Bald nach der Direktionsübernahme
durch Jacques Bettex folgten Verhandlungen mit Best Western, da ein Hotel
dieser Grösse von Vorteil an eine Organisation angeschlossen sein sollte, wie
Bettex überzeugt ist: «Die nach Accor
grösste Hotelgruppe weltweit bringt uns
Buchungen von jährlich ca. 700 000 CHF
ein. Im Gegenzug müssen wir strenge
Qualitätsstandards einhalten, um zu Best
Western dazuzugehören.»
ZIMMER 118
Nach und nach werden im Eurotel Renovationen durchgeführt; so wurden die
Lobby und die Terrasse 2006 vollständig erneuert und modern interpretiert.
«In dieser Grössenordnung, nämlich mit
dem jeweiligen Gewinn des Hotels,
investieren wir weiter auch in die Seminarräume und Zimmer», erklärt Bettex.
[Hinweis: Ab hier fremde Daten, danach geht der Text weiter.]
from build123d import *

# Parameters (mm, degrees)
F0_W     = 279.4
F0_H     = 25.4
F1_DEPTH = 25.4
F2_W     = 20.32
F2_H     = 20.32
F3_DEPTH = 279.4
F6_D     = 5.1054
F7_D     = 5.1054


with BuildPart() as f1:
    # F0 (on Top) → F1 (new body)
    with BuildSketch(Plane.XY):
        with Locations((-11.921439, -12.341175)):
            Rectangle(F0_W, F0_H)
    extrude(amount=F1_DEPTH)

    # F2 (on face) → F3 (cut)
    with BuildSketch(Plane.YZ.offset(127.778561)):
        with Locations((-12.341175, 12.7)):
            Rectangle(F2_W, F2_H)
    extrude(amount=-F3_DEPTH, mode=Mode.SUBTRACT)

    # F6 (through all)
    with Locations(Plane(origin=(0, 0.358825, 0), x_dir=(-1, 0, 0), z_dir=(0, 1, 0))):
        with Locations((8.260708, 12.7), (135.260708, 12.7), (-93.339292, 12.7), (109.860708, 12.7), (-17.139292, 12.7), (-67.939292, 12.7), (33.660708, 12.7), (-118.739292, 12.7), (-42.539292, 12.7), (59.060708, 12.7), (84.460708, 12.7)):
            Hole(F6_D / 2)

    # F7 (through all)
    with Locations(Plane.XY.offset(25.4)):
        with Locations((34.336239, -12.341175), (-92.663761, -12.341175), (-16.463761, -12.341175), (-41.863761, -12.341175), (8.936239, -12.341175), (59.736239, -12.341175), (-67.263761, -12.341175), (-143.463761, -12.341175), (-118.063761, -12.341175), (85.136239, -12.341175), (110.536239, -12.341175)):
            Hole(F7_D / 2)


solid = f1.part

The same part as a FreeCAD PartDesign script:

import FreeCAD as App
import Part
import Sketcher
Q = App.Units.Quantity

doc = App.newDocument("Part")
params = doc.addObject("Spreadsheet::Sheet", "Params")
for row, (alias, value) in enumerate([
    ("sketch1_width", "11 in"),
    ("sketch1_height", "1 in"),
    ("pad1_length", "1 in"),
    ("sketch2_width", "0.8 in"),
    ("pocket1_length", "11 in"),
    ("sketch3_diameter", "0.201 in"),
    ("hole_diameter", "0.201 in"),
    ("sketch4_diameter", "0.201 in"),
    ("hole2_diameter", "0.201 in"),
], start=1):
    params.set(f"A{row}", alias)
    params.set(f"B{row}", "=" + value)
    params.setAlias(f"B{row}", alias)

body = doc.addObject("PartDesign::Body", "Body")

# Sketch on XY plane
sketch1 = body.newObject("Sketcher::SketchObject", "Sketch")
sketch1.AttachmentSupport = (doc.getObject("XY_Plane"), [""])
sketch1.MapMode = "FlatFace"
sketch1.addGeometry(Part.LineSegment(App.Vector(-151.621439, 0.358825, 0), App.Vector(-151.621439, -25.041175, 0)), False)
sketch1.addGeometry(Part.LineSegment(App.Vector(-151.621439, -25.041175, 0), App.Vector(127.778561, -25.041175, 0)), False)
sketch1.addGeometry(Part.LineSegment(App.Vector(127.778561, -25.041175, 0), App.Vector(127.778561, 0.358825, 0)), False)
sketch1.addGeometry(Part.LineSegment(App.Vector(127.778561, 0.358825, 0), App.Vector(-151.621439, 0.358825, 0)), False)
sketch1.addConstraint(Sketcher.Constraint("Coincident", 0, 2, 1, 1))
sketch1.addConstraint(Sketcher.Constraint("Coincident", 1, 2, 2, 1))
sketch1.addConstraint(Sketcher.Constraint("Coincident", 2, 2, 3, 1))
sketch1.addConstraint(Sketcher.Constraint("Coincident", 3, 2, 0, 1))
sketch1.addConstraint(Sketcher.Constraint("Vertical", 0))
sketch1.addConstraint(Sketcher.Constraint("Horizontal", 1))
sketch1.addConstraint(Sketcher.Constraint("Vertical", 2))
sketch1.addConstraint(Sketcher.Constraint("Horizontal", 3))
sketch1.addConstraint(Sketcher.Constraint("DistanceX", 1, 1, 1, 2, Q("11 in")))
sketch1.addConstraint(Sketcher.Constraint("DistanceY", 0, 2, 0, 1, Q("1 in")))
sketch1.addConstraint(Sketcher.Constraint("DistanceX", 0, 2, -1, 1, 151.621439))
sketch1.addConstraint(Sketcher.Constraint("DistanceY", 0, 2, -1, 1, 25.041175))
sketch1.setExpression("Constraints[8]", "Params.sketch1_width")
sketch1.setExpression("Constraints[9]", "Params.sketch1_height")
pad1 = body.newObject("PartDesign::Pad", "Pad")
pad1.Profile = sketch1
pad1.setExpression("Length", "Params.pad1_length")

# Sketch on YZ plane
sketch2 = body.newObject("Sketcher::SketchObject", "Sketch001")
sketch2.AttachmentSupport = (doc.getObject("YZ_Plane"), [""])
sketch2.MapMode = "FlatFace"
sketch2.AttachmentOffset = App.Placement(App.Vector(0, 0, 127.778561), App.Rotation())
sketch2.addGeometry(Part.LineSegment(App.Vector(-22.501175, 22.86, 0), App.Vector(-22.501175, 2.54, 0)), False)
sketch2.addGeometry(Part.LineSegment(App.Vector(-22.501175, 2.54, 0), App.Vector(-2.181175, 2.54, 0)), False)
sketch2.addGeometry(Part.LineSegment(App.Vector(-2.181175, 2.54, 0), App.Vector(-2.181175, 22.86, 0)), False)
sketch2.addGeometry(Part.LineSegment(App.Vector(-2.181175, 22.86, 0), App.Vector(-22.501175, 22.86, 0)), False)
sketch2.addConstraint(Sketcher.Constraint("Coincident", 0, 2, 1, 1))
sketch2.addConstraint(Sketcher.Constraint("Coincident", 1, 2, 2, 1))
sketch2.addConstraint(Sketcher.Constraint("Coincident", 2, 2, 3, 1))
sketch2.addConstraint(Sketcher.Constraint("Coincident", 3, 2, 0, 1))
sketch2.addConstraint(Sketcher.Constraint("Vertical", 0))
sketch2.addConstraint(Sketcher.Constraint("Horizontal", 1))
sketch2.addConstraint(Sketcher.Constraint("Vertical", 2))
sketch2.addConstraint(Sketcher.Constraint("Horizontal", 3))
sketch2.addConstraint(Sketcher.Constraint("Equal", 3, 0))
sketch2.addConstraint(Sketcher.Constraint("DistanceX", 1, 1, 1, 2, Q("0.8 in")))
sketch2.addConstraint(Sketcher.Constraint("DistanceY", -1, 1, 0, 2, Q("0.1 in")))
sketch2.addConstraint(Sketcher.Constraint("DistanceX", 0, 2, -1, 1, 22.501175))
sketch2.setExpression("Constraints[9]", "Params.sketch2_width")
pocket1 = body.newObject("PartDesign::Pocket", "Pocket")
pocket1.Profile = sketch2
pocket1.setExpression("Length", "Params.pocket1_length")

# Sketch on XZ plane
sketch3 = body.newObject("Sketcher::SketchObject", "Sketch002")
sketch3.AttachmentSupport = (doc.getObject("XZ_Plane"), [""])
sketch3.MapMode = "FlatFace"
sketch3.AttachmentOffset = App.Placement(App.Vector(0, 0, -0.358825), App.Rotation())
sketch3.addGeometry(Part.Circle(App.Vector(-8.260708, 12.7, 0), App.Vector(0, 0, 1), 2.5527), False)
sketch3.addGeometry(Part.Circle(App.Vector(-135.260708, 12.7, 0), App.Vector(0, 0, 1), 2.5527), False)
sketch3.addGeometry(Part.Circle(App.Vector(93.339292, 12.7, 0), App.Vector(0, 0, 1), 2.5527), False)
sketch3.addGeometry(Part.Circle(App.Vector(-109.860708, 12.7, 0), App.Vector(0, 0, 1), 2.5527), False)
sketch3.addGeometry(Part.Circle(App.Vector(17.139292, 12.7, 0), App.Vector(0, 0, 1), 2.5527), False)
sketch3.addGeometry(Part.Circle(App.Vector(67.939292, 12.7, 0), App.Vector(0, 0, 1), 2.5527), False)
sketch3.addGeometry(Part.Circle(App.Vector(-33.660708, 12.7, 0), App.Vector(0, 0, 1), 2.5527), False)
sketch3.addGeometry(Part.Circle(App.Vector(118.739292, 12.7, 0), App.Vector(0, 0, 1), 2.5527), False)
sketch3.addGeometry(Part.Circle(App.Vector(42.539292, 12.7, 0), App.Vector(0, 0, 1), 2.5527), False)
sketch3.addGeometry(Part.Circle(App.Vector(-59.060708, 12.7, 0), App.Vector(0, 0, 1), 2.5527), False)
sketch3.addGeometry(Part.Circle(App.Vector(-84.460708, 12.7, 0), App.Vector(0, 0, 1), 2.5527), False)
sketch3.addConstraint(Sketcher.Constraint("Equal", 0, 1))
sketch3.addConstraint(Sketcher.Constraint("Equal", 1, 2))
sketch3.addConstraint(Sketcher.Constraint("Equal", 2, 3))
sketch3.addConstraint(Sketcher.Constraint("Equal", 3, 4))
sketch3.addConstraint(Sketcher.Constraint("Equal", 4, 5))
sketch3.addConstraint(Sketcher.Constraint("Equal", 5, 6))
sketch3.addConstraint(Sketcher.Constraint("Equal", 6, 7))
sketch3.addConstraint(Sketcher.Constraint("Equal", 7, 8))
sketch3.addConstraint(Sketcher.Constraint("Equal", 8, 9))
sketch3.addConstraint(Sketcher.Constraint("Equal", 9, 10))
sketch3.addConstraint(Sketcher.Constraint("Horizontal", 0, 3, 1, 3))
sketch3.addConstraint(Sketcher.Constraint("Horizontal", 1, 3, 2, 3))
sketch3.addConstraint(Sketcher.Constraint("Horizontal", 2, 3, 3, 3))
sketch3.addConstraint(Sketcher.Constraint("Horizontal", 3, 3, 4, 3))
sketch3.addConstraint(Sketcher.Constraint("Horizontal", 4, 3, 5, 3))
sketch3.addConstraint(Sketcher.Constraint("Horizontal", 5, 3, 6, 3))
sketch3.addConstraint(Sketcher.Constraint("Horizontal", 6, 3, 7, 3))
sketch3.addConstraint(Sketcher.Constraint("Horizontal", 7, 3, 8, 3))
sketch3.addConstraint(Sketcher.Constraint("Horizontal", 8, 3, 9, 3))
sketch3.addConstraint(Sketcher.Constraint("Horizontal", 9, 3, 10, 3))
sketch3.addConstraint(Sketcher.Constraint("Diameter", 0, Q("0.201 in")))
sketch3.addConstraint(Sketcher.Constraint("DistanceX", 1, 3, 0, 3, Q("5 in")))
sketch3.addConstraint(Sketcher.Constraint("DistanceX", 0, 3, 2, 3, Q("4 in")))
sketch3.addConstraint(Sketcher.Constraint("DistanceX", 1, 3, 3, 3, Q("1 in")))
sketch3.addConstraint(Sketcher.Constraint("DistanceX", 0, 3, 4, 3, Q("1 in")))
sketch3.addConstraint(Sketcher.Constraint("DistanceX", 5, 3, 2, 3, Q("1 in")))
sketch3.addConstraint(Sketcher.Constraint("DistanceX", 6, 3, 0, 3, Q("1 in")))
sketch3.addConstraint(Sketcher.Constraint("DistanceX", 2, 3, 7, 3, Q("1 in")))
sketch3.addConstraint(Sketcher.Constraint("DistanceX", 8, 3, 5, 3, Q("1 in")))
sketch3.addConstraint(Sketcher.Constraint("DistanceX", 9, 3, 6, 3, Q("1 in")))
sketch3.addConstraint(Sketcher.Constraint("DistanceX", 10, 3, 9, 3, Q("1 in")))
sketch3.addConstraint(Sketcher.Constraint("DistanceY", -1, 1, 0, 3, Q("0.5 in")))
sketch3.addConstraint(Sketcher.Constraint("DistanceX", 1, 3, -1, 1, 135.260708))
sketch3.setExpression("Constraints[20]", "Params.sketch3_diameter")
doc.recompute()
hole = body.newObject("PartDesign::Hole", "Hole")
hole.Profile = sketch3
hole.ThreadType = "None"
hole.setExpression("Diameter", "Params.hole_diameter")
hole.DepthType = "ThroughAll"
hole.Reversed = True

# Sketch on XY plane
sketch4 = body.newObject("Sketcher::SketchObject", "Sketch003")
sketch4.AttachmentSupport = (doc.getObject("XY_Plane"), [""])
sketch4.MapMode = "FlatFace"
sketch4.AttachmentOffset = App.Placement(App.Vector(0, 0, 1 * 25.4), App.Rotation())
sketch4.addGeometry(Part.Circle(App.Vector(34.336239, -12.341175, 0), App.Vector(0, 0, 1), 2.5527), False)
sketch4.addGeometry(Part.Circle(App.Vector(-92.663761, -12.341175, 0), App.Vector(0, 0, 1), 2.5527), False)
sketch4.addGeometry(Part.Circle(App.Vector(-16.463761, -12.341175, 0), App.Vector(0, 0, 1), 2.5527), False)
sketch4.addGeometry(Part.Circle(App.Vector(-41.863761, -12.341175, 0), App.Vector(0, 0, 1), 2.5527), False)
sketch4.addGeometry(Part.Circle(App.Vector(8.936239, -12.341175, 0), App.Vector(0, 0, 1), 2.5527), False)
sketch4.addGeometry(Part.Circle(App.Vector(59.736239, -12.341175, 0), App.Vector(0, 0, 1), 2.5527), False)
sketch4.addGeometry(Part.Circle(App.Vector(-67.263761, -12.341175, 0), App.Vector(0, 0, 1), 2.5527), False)
sketch4.addGeometry(Part.Circle(App.Vector(-143.463761, -12.341175, 0), App.Vector(0, 0, 1), 2.5527), False)
sketch4.addGeometry(Part.Circle(App.Vector(-118.063761, -12.341175, 0), App.Vector(0, 0, 1), 2.5527), False)
sketch4.addGeometry(Part.Circle(App.Vector(85.136239, -12.341175, 0), App.Vector(0, 0, 1), 2.5527), False)
sketch4.addGeometry(Part.Circle(App.Vector(110.536239, -12.341175, 0), App.Vector(0, 0, 1), 2.5527), False)
sketch4.addConstraint(Sketcher.Constraint("Equal", 0, 1))
sketch4.addConstraint(Sketcher.Constraint("Equal", 1, 2))
sketch4.addConstraint(Sketcher.Constraint("Equal", 2, 3))
sketch4.addConstraint(Sketcher.Constraint("Equal", 3, 4))
sketch4.addConstraint(Sketcher.Constraint("Equal", 4, 5))
sketch4.addConstraint(Sketcher.Constraint("Equal", 5, 6))
sketch4.addConstraint(Sketcher.Constraint("Equal", 6, 7))
sketch4.addConstraint(Sketcher.Constraint("Equal", 7, 8))
sketch4.addConstraint(Sketcher.Constraint("Equal", 8, 9))
sketch4.addConstraint(Sketcher.Constraint("Equal", 9, 10))
sketch4.addConstraint(Sketcher.Constraint("Horizontal", 0, 3, 1, 3))
sketch4.addConstraint(Sketcher.Constraint("Horizontal", 1, 3, 2, 3))
sketch4.addConstraint(Sketcher.Constraint("Horizontal", 2, 3, 3, 3))
sketch4.addConstraint(Sketcher.Constraint("Horizontal", 3, 3, 4, 3))
sketch4.addConstraint(Sketcher.Constraint("Horizontal", 4, 3, 5, 3))
sketch4.addConstraint(Sketcher.Constraint("Horizontal", 5, 3, 6, 3))
sketch4.addConstraint(Sketcher.Constraint("Horizontal", 6, 3, 7, 3))
sketch4.addConstraint(Sketcher.Constraint("Horizontal", 7, 3, 8, 3))
sketch4.addConstraint(Sketcher.Constraint("Horizontal", 8, 3, 9, 3))
sketch4.addConstraint(Sketcher.Constraint("Horizontal", 9, 3, 10, 3))
sketch4.addConstraint(Sketcher.Constraint("Diameter", 0, Q("0.201 in")))
sketch4.addConstraint(Sketcher.Constraint("DistanceX", 1, 3, 0, 3, Q("5 in")))
sketch4.addConstraint(Sketcher.Constraint("DistanceX", 2, 3, 0, 3, Q("2 in")))
sketch4.addConstraint(Sketcher.Constraint("DistanceX", 3, 3, 2, 3, Q("1 in")))
sketch4.addConstraint(Sketcher.Constraint("DistanceX", 4, 3, 0, 3, Q("1 in")))
sketch4.addConstraint(Sketcher.Constraint("DistanceX", 0, 3, 5, 3, Q("1 in")))
sketch4.addConstraint(Sketcher.Constraint("DistanceX", 1, 3, 6, 3, Q("1 in")))
sketch4.addConstraint(Sketcher.Constraint("DistanceX", 7, 3, 1, 3, Q("2 in")))
sketch4.addConstraint(Sketcher.Constraint("DistanceX", 8, 3, 1, 3, Q("1 in")))
sketch4.addConstraint(Sketcher.Constraint("DistanceX", 5, 3, 9, 3, Q("1 in")))
sketch4.addConstraint(Sketcher.Constraint("DistanceX", 9, 3, 10, 3, Q("1 in")))
sketch4.addConstraint(Sketcher.Constraint("DistanceX", -1, 1, 0, 3, 34.336239))
sketch4.addConstraint(Sketcher.Constraint("DistanceY", 0, 3, -1, 1, 12.341175))
sketch4.setExpression("Constraints[20]", "Params.sketch4_diameter")
doc.recompute()
hole2 = body.newObject("PartDesign::Hole", "Hole001")
hole2.Profile = sketch4
hole2.ThreadType = "None"
hole2.setExpression("Diameter", "Params.hole2_diameter")
hole2.DepthType = "ThroughAll"

doc.recompute()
Ein Zimmer jedoch wird genau so belassen wie anno dazumal. Es ist das Zimmer 118, das vor 40 Jahren von einer
französischen Autorin im Eigentum
gekauft wurde und seitdem immer
geschlossen blieb. Nach ihrem Tod kaufte das Eurotel das Zimmer zurück und
fand zu seiner Überraschung ein Zimmer
vor, das genau so aussah, wie es vor 40
Jahren eingerichtet wurde. Wer das Zimmer betritt, hat das Gefühl, eine Zeitreise zu machen. Da steht ein Fernseher
wie damals, zu Beginn der Fernsehgeschichte. Und sogar Illustrierte aus dem
Jahr 1967 liegen noch auf dem Tisch.
DIE STAFETTE
Im Stafettenporträt stellen wir eine Persönlichkeit der Schweizer Hotellerie vor. Welche
Person porträtiert wird, bestimmen die Vorgänger. Jacques Bettex überreicht den Stafettenstab an Urs Bührer vom Bellevue Palace in Bern, mit dem er seinerzeit im Hotel
Gotthard zusammengearbeitet hatte, als der
vife junge Hotelier noch Empfangschef war.